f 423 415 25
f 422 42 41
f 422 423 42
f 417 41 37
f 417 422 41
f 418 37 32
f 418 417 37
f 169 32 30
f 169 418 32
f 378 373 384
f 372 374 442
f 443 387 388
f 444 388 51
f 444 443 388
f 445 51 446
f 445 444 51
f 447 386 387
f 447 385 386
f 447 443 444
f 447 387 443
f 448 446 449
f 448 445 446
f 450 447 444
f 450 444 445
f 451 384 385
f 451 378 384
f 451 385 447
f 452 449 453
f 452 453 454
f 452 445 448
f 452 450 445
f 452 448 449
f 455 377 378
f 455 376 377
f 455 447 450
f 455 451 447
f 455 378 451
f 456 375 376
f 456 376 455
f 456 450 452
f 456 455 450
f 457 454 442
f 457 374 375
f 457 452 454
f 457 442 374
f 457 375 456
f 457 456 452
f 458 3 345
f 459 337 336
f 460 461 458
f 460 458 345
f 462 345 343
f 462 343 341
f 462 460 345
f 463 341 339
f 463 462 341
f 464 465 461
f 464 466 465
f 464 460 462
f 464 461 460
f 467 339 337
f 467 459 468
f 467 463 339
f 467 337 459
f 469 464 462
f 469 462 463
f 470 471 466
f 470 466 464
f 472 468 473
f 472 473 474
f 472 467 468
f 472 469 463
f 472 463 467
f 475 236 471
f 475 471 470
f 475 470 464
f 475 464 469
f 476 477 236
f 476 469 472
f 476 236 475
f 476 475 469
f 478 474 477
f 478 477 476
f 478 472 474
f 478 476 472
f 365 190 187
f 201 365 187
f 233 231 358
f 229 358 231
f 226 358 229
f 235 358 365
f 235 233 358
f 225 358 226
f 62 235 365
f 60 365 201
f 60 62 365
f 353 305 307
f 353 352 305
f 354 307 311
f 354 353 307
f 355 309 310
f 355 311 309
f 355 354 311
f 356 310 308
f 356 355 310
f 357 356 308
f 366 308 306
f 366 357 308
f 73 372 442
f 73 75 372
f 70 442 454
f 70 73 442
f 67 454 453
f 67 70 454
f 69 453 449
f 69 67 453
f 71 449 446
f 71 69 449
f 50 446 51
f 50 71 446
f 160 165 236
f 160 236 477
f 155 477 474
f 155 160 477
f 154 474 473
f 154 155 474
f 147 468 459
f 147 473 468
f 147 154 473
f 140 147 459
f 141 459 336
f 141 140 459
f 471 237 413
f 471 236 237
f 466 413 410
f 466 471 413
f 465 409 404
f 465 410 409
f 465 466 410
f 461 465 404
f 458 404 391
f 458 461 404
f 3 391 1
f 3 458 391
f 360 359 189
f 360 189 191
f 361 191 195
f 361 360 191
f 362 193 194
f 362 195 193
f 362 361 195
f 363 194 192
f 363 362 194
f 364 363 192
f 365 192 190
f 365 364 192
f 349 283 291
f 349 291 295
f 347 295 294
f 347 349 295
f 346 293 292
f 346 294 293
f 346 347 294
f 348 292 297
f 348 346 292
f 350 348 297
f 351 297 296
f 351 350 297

(Work instruction):
Produce only the lines from the line containing "f 452 450 445" through the line containing "f 475 236 471", inclusive of both, exactly as they stand in the entries above.

(Finished task):
f 452 450 445
f 452 448 449
f 455 377 378
f 455 376 377
f 455 447 450
f 455 451 447
f 455 378 451
f 456 375 376
f 456 376 455
f 456 450 452
f 456 455 450
f 457 454 442
f 457 374 375
f 457 452 454
f 457 442 374
f 457 375 456
f 457 456 452
f 458 3 345
f 459 337 336
f 460 461 458
f 460 458 345
f 462 345 343
f 462 343 341
f 462 460 345
f 463 341 339
f 463 462 341
f 464 465 461
f 464 466 465
f 464 460 462
f 464 461 460
f 467 339 337
f 467 459 468
f 467 463 339
f 467 337 459
f 469 464 462
f 469 462 463
f 470 471 466
f 470 466 464
f 472 468 473
f 472 473 474
f 472 467 468
f 472 469 463
f 472 463 467
f 475 236 471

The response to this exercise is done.